When developers see their API bills explode, their first instinct is to swap out GPT-4o or Claude 3.5 Sonnet for a cheaper, smaller model to save money.

But cheap models deliver cheap reasoning. The problem isn't that the smart models are too expensive; the problem is that you are feeding them garbage data they didn't ask for.

I got tired of this, so I built a middleware fix.

Enter: The OpenClaw Context Saver
I built and open-sourced a drop-in tool called the OpenClaw Context Saver. It is pure Python, has zero external dependencies, and acts as a protective shield for your LLM's context window.

It cuts agent token usage by 70% to 98% by solving the data bloat problem before the data ever reaches the AI.

Here is how it works under the hood:

  1. Sandboxed Execution (ctx_run)
    Instead of the LLM calling the API directly and eating the response, the LLM calls my ctx_run sandbox. The sandbox executes the API call in an isolated layer.

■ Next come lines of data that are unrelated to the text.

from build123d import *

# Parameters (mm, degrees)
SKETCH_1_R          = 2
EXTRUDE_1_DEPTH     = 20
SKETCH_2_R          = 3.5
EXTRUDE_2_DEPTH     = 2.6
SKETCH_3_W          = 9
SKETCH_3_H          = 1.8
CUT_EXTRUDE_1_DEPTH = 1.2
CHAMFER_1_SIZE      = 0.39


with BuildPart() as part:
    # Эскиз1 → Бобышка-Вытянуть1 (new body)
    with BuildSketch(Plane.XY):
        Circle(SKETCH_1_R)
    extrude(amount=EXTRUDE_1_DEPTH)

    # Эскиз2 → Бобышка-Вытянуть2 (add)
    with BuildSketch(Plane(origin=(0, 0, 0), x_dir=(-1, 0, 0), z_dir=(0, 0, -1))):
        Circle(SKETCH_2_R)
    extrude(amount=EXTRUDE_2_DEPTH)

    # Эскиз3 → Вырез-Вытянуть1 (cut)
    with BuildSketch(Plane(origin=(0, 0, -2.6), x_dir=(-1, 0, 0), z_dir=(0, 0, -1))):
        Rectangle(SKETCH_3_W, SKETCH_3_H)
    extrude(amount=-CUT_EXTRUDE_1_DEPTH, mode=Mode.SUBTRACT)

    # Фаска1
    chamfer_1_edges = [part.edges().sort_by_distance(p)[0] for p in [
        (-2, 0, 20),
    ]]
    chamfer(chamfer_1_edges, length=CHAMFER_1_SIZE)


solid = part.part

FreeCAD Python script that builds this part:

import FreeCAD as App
import Part
import Sketcher
from FreeCAD import Vector
Q = App.Units.Quantity


def edges_at(feature, points):
    """Names of the edges that pass closest to the given points."""
    edges = feature.Shape.Edges
    near = lambda p: min(range(len(edges)), key=lambda i: edges[i].distToShape(Part.Vertex(*p))[0])
    return sorted({f"Edge{near(p) + 1}" for p in points})


def add_polygon(sketch, points):
    """Adds a closed chain of lines whose ends are joined by coincident constraints."""
    first, n = sketch.GeometryCount, len(points)
    for a, b in zip(points, points[1:] + points[:1]):
        sketch.addGeometry(Part.LineSegment(App.Vector(*a, 0), App.Vector(*b, 0)), False)
    for i in range(n):
        sketch.addConstraint(Sketcher.Constraint("Coincident", first + i, 2, first + (i + 1) % n, 1))

doc = App.newDocument("Part")
params = doc.addObject("Spreadsheet::Sheet", "Params")
for row, (alias, value) in enumerate([
    ("sketch1_diameter", "4 mm"),
    ("pad1_length", "20 mm"),
    ("sketch2_diameter", "7 mm"),
    ("pad2_length", "2.6 mm"),
    ("sketch3_width", "9 mm"),
    ("sketch3_height", "1.8 mm"),
    ("pocket1_length", "1.2 mm"),
    ("chamfer_size", "0.39 mm"),
], start=1):
    params.set(f"A{row}", alias)
    params.set(f"B{row}", "=" + value)
    params.setAlias(f"B{row}", alias)

body = doc.addObject("PartDesign::Body", "Body")

# Sketch on XY plane
sketch1 = doc.addObject("Sketcher::SketchObject", "Sketch")
body.addObject(sketch1)
sketch1.AttachmentSupport = (doc.XY_Plane, [""])
sketch1.MapMode = "FlatFace"
sketch1.addGeometry(Part.Circle(Vector(0, 0, 0), Vector(0, 0, 1), 2), False)
sketch1.addConstraint(Sketcher.Constraint("Coincident", 0, 3, -1, 1))
sketch1.addConstraint(Sketcher.Constraint("Diameter", 0, Q("4 mm")))
sketch1.setExpression("Constraints[1]", "Params.sketch1_diameter")
pad1 = doc.addObject("PartDesign::Pad", "Pad")
body.addObject(pad1)
pad1.Profile = sketch1
pad1.setExpression("Length", "Params.pad1_length")

# Sketch on XY plane
sketch2 = doc.addObject("Sketcher::SketchObject", "Sketch001")
body.addObject(sketch2)
sketch2.AttachmentSupport = (doc.XY_Plane, [""])
sketch2.MapMode = "FlatFace"
sketch2.addGeometry(Part.Circle(Vector(0, 0, 0), Vector(0, 0, 1), 3.5), False)
sketch2.addConstraint(Sketcher.Constraint("Coincident", 0, 3, -1, 1))
sketch2.addConstraint(Sketcher.Constraint("Diameter", 0, Q("7 mm")))
sketch2.setExpression("Constraints[1]", "Params.sketch2_diameter")
pad2 = doc.addObject("PartDesign::Pad", "Pad001")
body.addObject(pad2)
pad2.Profile = sketch2
pad2.setExpression("Length", "Params.pad2_length")
pad2.Reversed = True

# Sketch on XY plane
sketch3 = doc.addObject("Sketcher::SketchObject", "Sketch002")
body.addObject(sketch3)
sketch3.AttachmentSupport = (doc.XY_Plane, [""])
sketch3.MapMode = "FlatFace"
sketch3.AttachmentOffset = App.Placement(Vector(0, 0, -2.6), App.Rotation())
add_polygon(sketch3, [(4.5, 0.9), (4.5, -0.9), (-4.5, -0.9), (-4.5, 0.9)])  # lines 0-3
sketch3.addConstraint(Sketcher.Constraint("Vertical", 0))
sketch3.addConstraint(Sketcher.Constraint("Horizontal", 1))
sketch3.addConstraint(Sketcher.Constraint("Vertical", 2))
sketch3.addConstraint(Sketcher.Constraint("Horizontal", 3))
sketch3.addConstraint(Sketcher.Constraint("Symmetric", 0, 2, 2, 2, -1, 1))
sketch3.addConstraint(Sketcher.Constraint("DistanceX", 1, 2, 1, 1, Q("9 mm")))
sketch3.addConstraint(Sketcher.Constraint("DistanceY", 0, 2, 0, 1, Q("1.8 mm")))
sketch3.setExpression("Constraints[9]", "Params.sketch3_width")
sketch3.setExpression("Constraints[10]", "Params.sketch3_height")
pocket1 = doc.addObject("PartDesign::Pocket", "Pocket")
body.addObject(pocket1)
pocket1.Profile = sketch3
pocket1.setExpression("Length", "Params.pocket1_length")
pocket1.Reversed = True
doc.recompute()

chamfer = doc.addObject("PartDesign::Chamfer", "Chamfer")
body.addObject(chamfer)
chamfer.Base = (pocket1, edges_at(pocket1, [(-2, 0, 20)]))
chamfer.setExpression("Size", "Params.chamfer_size")

doc.recompute()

  2. Intent-Driven Filtering
    Before passing the data back to the LLM, the Context Saver intercepts the massive JSON payload. It shrinks it down, extracting only the specific data points the agent actually needs to complete its current reasoning step.

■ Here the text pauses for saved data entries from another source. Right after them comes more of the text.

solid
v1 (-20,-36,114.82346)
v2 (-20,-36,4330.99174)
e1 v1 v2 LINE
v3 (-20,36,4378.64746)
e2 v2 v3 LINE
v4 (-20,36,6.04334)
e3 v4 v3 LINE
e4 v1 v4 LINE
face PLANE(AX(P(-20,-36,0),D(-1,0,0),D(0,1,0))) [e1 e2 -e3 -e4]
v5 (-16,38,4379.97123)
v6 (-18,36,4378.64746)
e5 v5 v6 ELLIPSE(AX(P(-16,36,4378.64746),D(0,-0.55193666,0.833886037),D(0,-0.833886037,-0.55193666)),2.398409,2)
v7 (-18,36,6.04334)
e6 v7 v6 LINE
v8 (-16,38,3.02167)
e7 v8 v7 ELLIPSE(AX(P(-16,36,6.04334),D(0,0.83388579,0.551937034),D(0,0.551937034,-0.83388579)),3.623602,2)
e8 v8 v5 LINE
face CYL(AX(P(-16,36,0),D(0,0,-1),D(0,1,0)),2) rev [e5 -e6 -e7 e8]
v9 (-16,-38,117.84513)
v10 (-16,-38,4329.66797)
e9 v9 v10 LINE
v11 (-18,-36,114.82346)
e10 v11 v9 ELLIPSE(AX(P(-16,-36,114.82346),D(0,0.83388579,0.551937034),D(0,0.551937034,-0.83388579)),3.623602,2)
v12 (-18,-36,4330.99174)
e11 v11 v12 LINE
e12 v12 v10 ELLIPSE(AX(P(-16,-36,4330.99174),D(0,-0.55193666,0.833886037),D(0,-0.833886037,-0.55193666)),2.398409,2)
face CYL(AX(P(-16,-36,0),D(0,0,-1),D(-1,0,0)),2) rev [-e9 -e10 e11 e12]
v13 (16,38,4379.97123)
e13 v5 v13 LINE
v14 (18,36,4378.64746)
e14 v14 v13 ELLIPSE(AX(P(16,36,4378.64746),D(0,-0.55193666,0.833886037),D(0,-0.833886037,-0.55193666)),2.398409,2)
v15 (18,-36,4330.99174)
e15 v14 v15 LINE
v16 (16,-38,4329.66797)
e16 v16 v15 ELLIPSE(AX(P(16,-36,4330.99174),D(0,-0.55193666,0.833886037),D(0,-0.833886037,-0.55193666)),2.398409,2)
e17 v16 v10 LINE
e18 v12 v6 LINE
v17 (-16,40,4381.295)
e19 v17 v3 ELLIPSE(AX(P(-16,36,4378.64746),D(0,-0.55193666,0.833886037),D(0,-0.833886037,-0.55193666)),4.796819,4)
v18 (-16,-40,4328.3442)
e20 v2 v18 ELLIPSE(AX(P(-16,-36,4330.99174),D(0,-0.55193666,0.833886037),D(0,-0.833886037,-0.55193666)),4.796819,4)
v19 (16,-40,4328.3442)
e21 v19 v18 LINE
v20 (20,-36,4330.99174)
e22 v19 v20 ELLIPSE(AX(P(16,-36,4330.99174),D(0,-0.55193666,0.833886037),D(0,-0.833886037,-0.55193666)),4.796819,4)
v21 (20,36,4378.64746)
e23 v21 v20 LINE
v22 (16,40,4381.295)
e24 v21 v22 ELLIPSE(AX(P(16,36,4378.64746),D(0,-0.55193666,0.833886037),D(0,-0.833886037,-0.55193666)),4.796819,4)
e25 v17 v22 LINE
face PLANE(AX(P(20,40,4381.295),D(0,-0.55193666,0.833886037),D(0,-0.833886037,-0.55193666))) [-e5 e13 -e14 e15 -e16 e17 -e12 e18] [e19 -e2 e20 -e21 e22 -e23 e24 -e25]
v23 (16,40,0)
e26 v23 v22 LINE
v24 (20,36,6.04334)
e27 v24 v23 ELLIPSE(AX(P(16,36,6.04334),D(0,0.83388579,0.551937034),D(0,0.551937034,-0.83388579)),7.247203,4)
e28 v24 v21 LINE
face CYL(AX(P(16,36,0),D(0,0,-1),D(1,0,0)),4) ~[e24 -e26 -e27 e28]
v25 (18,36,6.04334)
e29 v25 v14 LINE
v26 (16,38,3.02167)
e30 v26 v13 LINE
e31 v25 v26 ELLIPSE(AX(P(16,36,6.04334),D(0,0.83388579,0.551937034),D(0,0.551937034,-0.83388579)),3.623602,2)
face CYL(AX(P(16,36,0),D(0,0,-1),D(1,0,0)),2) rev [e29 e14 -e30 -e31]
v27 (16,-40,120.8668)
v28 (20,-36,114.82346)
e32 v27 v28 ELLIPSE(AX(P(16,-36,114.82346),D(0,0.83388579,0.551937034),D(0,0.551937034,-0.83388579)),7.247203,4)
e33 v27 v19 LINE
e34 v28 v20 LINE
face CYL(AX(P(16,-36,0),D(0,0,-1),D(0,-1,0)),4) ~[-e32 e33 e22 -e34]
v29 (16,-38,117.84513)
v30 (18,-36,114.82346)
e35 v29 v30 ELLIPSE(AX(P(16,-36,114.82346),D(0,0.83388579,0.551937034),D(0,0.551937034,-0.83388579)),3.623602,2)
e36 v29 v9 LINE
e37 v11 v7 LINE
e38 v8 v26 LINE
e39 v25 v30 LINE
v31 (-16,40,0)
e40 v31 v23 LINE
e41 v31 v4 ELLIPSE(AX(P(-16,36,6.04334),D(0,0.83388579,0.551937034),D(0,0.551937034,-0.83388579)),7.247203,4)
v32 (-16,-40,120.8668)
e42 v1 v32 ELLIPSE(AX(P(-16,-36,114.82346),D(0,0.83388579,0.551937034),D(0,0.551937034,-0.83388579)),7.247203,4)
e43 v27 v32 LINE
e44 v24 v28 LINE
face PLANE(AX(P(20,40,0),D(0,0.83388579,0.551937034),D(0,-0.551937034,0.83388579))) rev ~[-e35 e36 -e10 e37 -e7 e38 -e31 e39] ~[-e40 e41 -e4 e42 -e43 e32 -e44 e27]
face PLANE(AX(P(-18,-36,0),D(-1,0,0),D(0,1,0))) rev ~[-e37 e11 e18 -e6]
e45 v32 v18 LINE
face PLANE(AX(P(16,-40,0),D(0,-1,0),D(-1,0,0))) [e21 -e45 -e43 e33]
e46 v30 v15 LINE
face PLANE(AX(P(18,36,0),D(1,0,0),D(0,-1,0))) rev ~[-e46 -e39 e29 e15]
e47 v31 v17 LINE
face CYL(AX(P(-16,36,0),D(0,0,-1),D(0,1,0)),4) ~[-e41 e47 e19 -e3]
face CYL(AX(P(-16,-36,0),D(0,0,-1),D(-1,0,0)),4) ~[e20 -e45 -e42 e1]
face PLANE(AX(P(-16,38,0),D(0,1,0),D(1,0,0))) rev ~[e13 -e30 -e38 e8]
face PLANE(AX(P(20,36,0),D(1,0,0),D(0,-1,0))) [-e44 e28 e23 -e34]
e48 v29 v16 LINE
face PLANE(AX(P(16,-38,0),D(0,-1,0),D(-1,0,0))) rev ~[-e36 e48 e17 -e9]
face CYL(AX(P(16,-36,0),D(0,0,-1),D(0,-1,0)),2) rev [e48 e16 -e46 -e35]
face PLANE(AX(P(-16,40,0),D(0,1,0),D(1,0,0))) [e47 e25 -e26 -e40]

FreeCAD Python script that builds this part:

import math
import FreeCAD as App
import Part
import Sketcher

V = App.Vector
Q = App.Units.Quantity


def add_polygon(sketch, points):
    """Adds a closed chain of lines whose ends are joined by coincident constraints."""
    first, n = sketch.GeometryCount, len(points)
    for a, b in zip(points, points[1:] + points[:1]):
        sketch.addGeometry(Part.LineSegment(App.Vector(*a, 0), App.Vector(*b, 0)), False)
    for i in range(n):
        sketch.addConstraint(Sketcher.Constraint("Coincident", first + i, 2, first + (i + 1) % n, 1))

doc = App.newDocument("Part")
body = doc.addObject("PartDesign::Body", "Body")

# Sketch on XY plane
sketch1 = doc.addObject("Sketcher::SketchObject", "Sketch")
body.addObject(sketch1)
sketch1.AttachmentSupport = (doc.XY_Plane, [""])
sketch1.MapMode = "FlatFace"
sketch1.addGeometry(Part.LineSegment(V(-20, 36, 0), V(-20, -36, 0)), False)
sketch1.addGeometry(Part.ArcOfCircle(Part.Circle(V(-16, -36, 0), V(0, 0, 1), 4), math.radians(180), math.radians(270)), False)
sketch1.addGeometry(Part.LineSegment(V(-16, -40, 0), V(16, -40, 0)), False)
sketch1.addGeometry(Part.ArcOfCircle(Part.Circle(V(16, -36, 0), V(0, 0, 1), 4), math.radians(-90), math.radians(0)), False)
sketch1.addGeometry(Part.LineSegment(V(20, -36, 0), V(20, 36, 0)), False)
sketch1.addGeometry(Part.ArcOfCircle(Part.Circle(V(16, 36, 0), V(0, 0, 1), 4), math.radians(0), math.radians(90)), False)
sketch1.addGeometry(Part.LineSegment(V(16, 40, 0), V(-16, 40, 0)), False)
sketch1.addGeometry(Part.ArcOfCircle(Part.Circle(V(-16, 36, 0), V(0, 0, 1), 4), math.radians(90), math.radians(180)), False)
sketch1.addGeometry(Part.ArcOfCircle(Part.Circle(V(-16, 36, 0), V(0, 0, 1), 2), math.radians(90), math.radians(180)), False)
sketch1.addGeometry(Part.LineSegment(V(-16, 38, 0), V(16, 38, 0)), False)
sketch1.addGeometry(Part.ArcOfCircle(Part.Circle(V(16, 36, 0), V(0, 0, 1), 2), math.radians(0), math.radians(90)), False)
sketch1.addGeometry(Part.LineSegment(V(18, 36, 0), V(18, -36, 0)), False)
sketch1.addGeometry(Part.ArcOfCircle(Part.Circle(V(16, -36, 0), V(0, 0, 1), 2), math.radians(-90), math.radians(0)), False)
sketch1.addGeometry(Part.LineSegment(V(16, -38, 0), V(-16, -38, 0)), False)
sketch1.addGeometry(Part.ArcOfCircle(Part.Circle(V(-16, -36, 0), V(0, 0, 1), 2), math.radians(180), math.radians(270)), False)
sketch1.addGeometry(Part.LineSegment(V(-18, -36, 0), V(-18, 36, 0)), False)
sketch1.addConstraint(Sketcher.Constraint("Tangent", 0, 2, 1, 1))
sketch1.addConstraint(Sketcher.Constraint("Tangent", 1, 2, 2, 1))
sketch1.addConstraint(Sketcher.Constraint("Tangent", 2, 2, 3, 1))
sketch1.addConstraint(Sketcher.Constraint("Tangent", 3, 2, 4, 1))
sketch1.addConstraint(Sketcher.Constraint("Tangent", 4, 2, 5, 1))
sketch1.addConstraint(Sketcher.Constraint("Tangent", 5, 2, 6, 1))
sketch1.addConstraint(Sketcher.Constraint("Tangent", 6, 2, 7, 1))
sketch1.addConstraint(Sketcher.Constraint("Tangent", 7, 2, 0, 1))
sketch1.addConstraint(Sketcher.Constraint("Tangent", 8, 1, 9, 1))
sketch1.addConstraint(Sketcher.Constraint("Tangent", 9, 2, 10, 2))
sketch1.addConstraint(Sketcher.Constraint("Tangent", 10, 1, 11, 1))
sketch1.addConstraint(Sketcher.Constraint("Tangent", 11, 2, 12, 2))
sketch1.addConstraint(Sketcher.Constraint("Tangent", 12, 1, 13, 1))
sketch1.addConstraint(Sketcher.Constraint("Tangent", 13, 2, 14, 2))
sketch1.addConstraint(Sketcher.Constraint("Tangent", 14, 1, 15, 1))
sketch1.addConstraint(Sketcher.Constraint("Tangent", 15, 2, 8, 2))
sketch1.addConstraint(Sketcher.Constraint("Vertical", 0))
sketch1.addConstraint(Sketcher.Constraint("Horizontal", 2))
sketch1.addConstraint(Sketcher.Constraint("Vertical", 4))
sketch1.addConstraint(Sketcher.Constraint("Horizontal", 6))
sketch1.addConstraint(Sketcher.Constraint("Horizontal", 9))
sketch1.addConstraint(Sketcher.Constraint("Vertical", 11))
sketch1.addConstraint(Sketcher.Constraint("Horizontal", 13))
sketch1.addConstraint(Sketcher.Constraint("Vertical", 15))
sketch1.addConstraint(Sketcher.Constraint("Coincident", 8, 3, 7, 3))
sketch1.addConstraint(Sketcher.Constraint("Coincident", 10, 3, 5, 3))
sketch1.addConstraint(Sketcher.Constraint("Coincident", 12, 3, 3, 3))
sketch1.addConstraint(Sketcher.Constraint("Equal", 1, 3))
sketch1.addConstraint(Sketcher.Constraint("Equal", 3, 5))
sketch1.addConstraint(Sketcher.Constraint("Equal", 5, 7))
sketch1.addConstraint(Sketcher.Constraint("Equal", 12, 14))
sketch1.addConstraint(Sketcher.Constraint("Symmetric", 1, 3, 5, 3, -1, 1))
sketch1.addConstraint(Sketcher.Constraint("Radius", 1, 4.0))
sketch1.addConstraint(Sketcher.Constraint("Radius", 8, 2.0))
sketch1.addConstraint(Sketcher.Constraint("DistanceX", 0, 2, -1, 1, 20.0))
sketch1.addConstraint(Sketcher.Constraint("DistanceY", 1, 2, -1, 1, 40.0))
pad1 = doc.addObject("PartDesign::Pad", "Pad")
body.addObject(pad1)
pad1.Profile = sketch1
pad1.Length = 4381.295

# Sketch on YZ plane
sketch2 = doc.addObject("Sketcher::SketchObject", "Sketch001")
body.addObject(sketch2)
sketch2.AttachmentSupport = (doc.YZ_Plane, [""])
sketch2.MapMode = "FlatFace"
sketch2.AttachmentOffset = App.Placement(V(0, 0, 20), App.Rotation())
add_polygon(sketch2, [(-40, 0), (40, 0), (-40, 121)])  # lines 0-2
add_polygon(sketch2, [(-40, 4328), (40, 4381), (-40, 4381)])  # lines 3-5
sketch2.addConstraint(Sketcher.Constraint("Horizontal", 0))
sketch2.addConstraint(Sketcher.Constraint("Vertical", 2))
sketch2.addConstraint(Sketcher.Constraint("Horizontal", 4))
sketch2.addConstraint(Sketcher.Constraint("Vertical", 5))
sketch2.addConstraint(Sketcher.Constraint("Symmetric", 0, 2, 2, 2, -1, 1))
sketch2.addConstraint(Sketcher.Constraint("Perpendicular", 1, 3))
sketch2.addConstraint(Sketcher.Constraint("Vertical", 0, 2, 3, 2))
sketch2.addConstraint(Sketcher.Constraint("Vertical", 2, 2, 4, 2))
sketch2.addConstraint(Sketcher.Constraint("Angle", 3, Q("33.5 deg")))
sketch2.addConstraint(Sketcher.Constraint("DistanceX", 0, 1, 0, 2, 80.0))
sketch2.addConstraint(Sketcher.Constraint("DistanceY", -1, 1, 3, 2, 4381.295))
pocket1 = doc.addObject("PartDesign::Pocket", "Pocket")
body.addObject(pocket1)
pocket1.Profile = sketch2
pocket1.Type = "ThroughAll"

doc.recompute()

  3. Session Continuity (The Magic Trick)
    What if the agent needs the rest of that data later?
    Instead of throwing the extra data away, the Context Saver indexes the full payload in a lightweight background database (SQLite). It passes a tiny, 120-byte summary into the active context window, along with a reference ID. If the agent realizes it needs more details three turns later, it can instantly retrieve them from the background index without re-running the API call.

The Real-World Impact
Let's look at the difference on a standard background agent task:

❌ WITHOUT Context Saver:

Agent calls API ➔ 20 KB raw JSON floods context.
Agent calls API again ➔ 30 KB raw JSON floods context.
Result: Session memory maxes out, working state is lost, and you burn ~750,000 tokens a day just on background noise.
✅ WITH Context Saver:

Agent calls ctx_run ➔ 120-byte summary enters context (full data indexed in the background).
Agent calls ctx_batch ➔ 500-byte combined summary enters context.
Result: Massive cost savings, perfect memory retention, and you can afford to keep using the smartest models available.
Stop burning tokens.
If you are optimizing AI agents, building autonomous systems, or just looking to drastically reduce your LLM API costs without sacrificing reasoning quality, drop this into your architecture today.

💻 I just open-sourced it. You can grab the code, check out the examples, and star the repo here:
https://github.com/tlancas25/openclaw-context-saver

I'm a solo dev, so I'd love to hear your feedback. Drop a comment if you've been struggling with context limits, or open an issue on GitHub if you want to see a specific feature!

Top comments (1)

Collapse
 
apex_stack profile image
Apex Stack

The session continuity pattern you described — indexing full payloads in SQLite and passing tiny summaries with reference IDs — is essentially what we had to build for a different reason on a financial data platform.

We pull data from yfinance for 8,000+ stock tickers and generate analysis pages with a local LLM. The raw API response for a single ticker (financials, holders, earnings, dividends, news) can be 50-80KB of JSON. When we pipe that into Llama 3 for content generation, we hit exactly the problem you're describing — the model starts losing track of its analysis framework because the context is drowning in raw numbers.

Our solution was similar in spirit but different in execution: we pre-extract a "ticker profile" (about 2KB of the most analytically relevant fields) and pass that to the LLM instead of the full payload. The full data lives in Supabase and the LLM can reference specific fields if it needs to drill deeper.

The 98% reduction claim tracks with our experience. For financial data specifically, the signal-to-noise ratio in API responses is absurdly low — most of the payload is metadata, timestamps, and null optional fields that the model doesn't need.

One thing I'd be curious about: how does the Context Saver handle cases where the "intent" is ambiguous? In financial analysis, sometimes the model doesn't know it needs a specific data point until it's partway through reasoning. Does the SQLite retrieval add meaningful latency in those cases?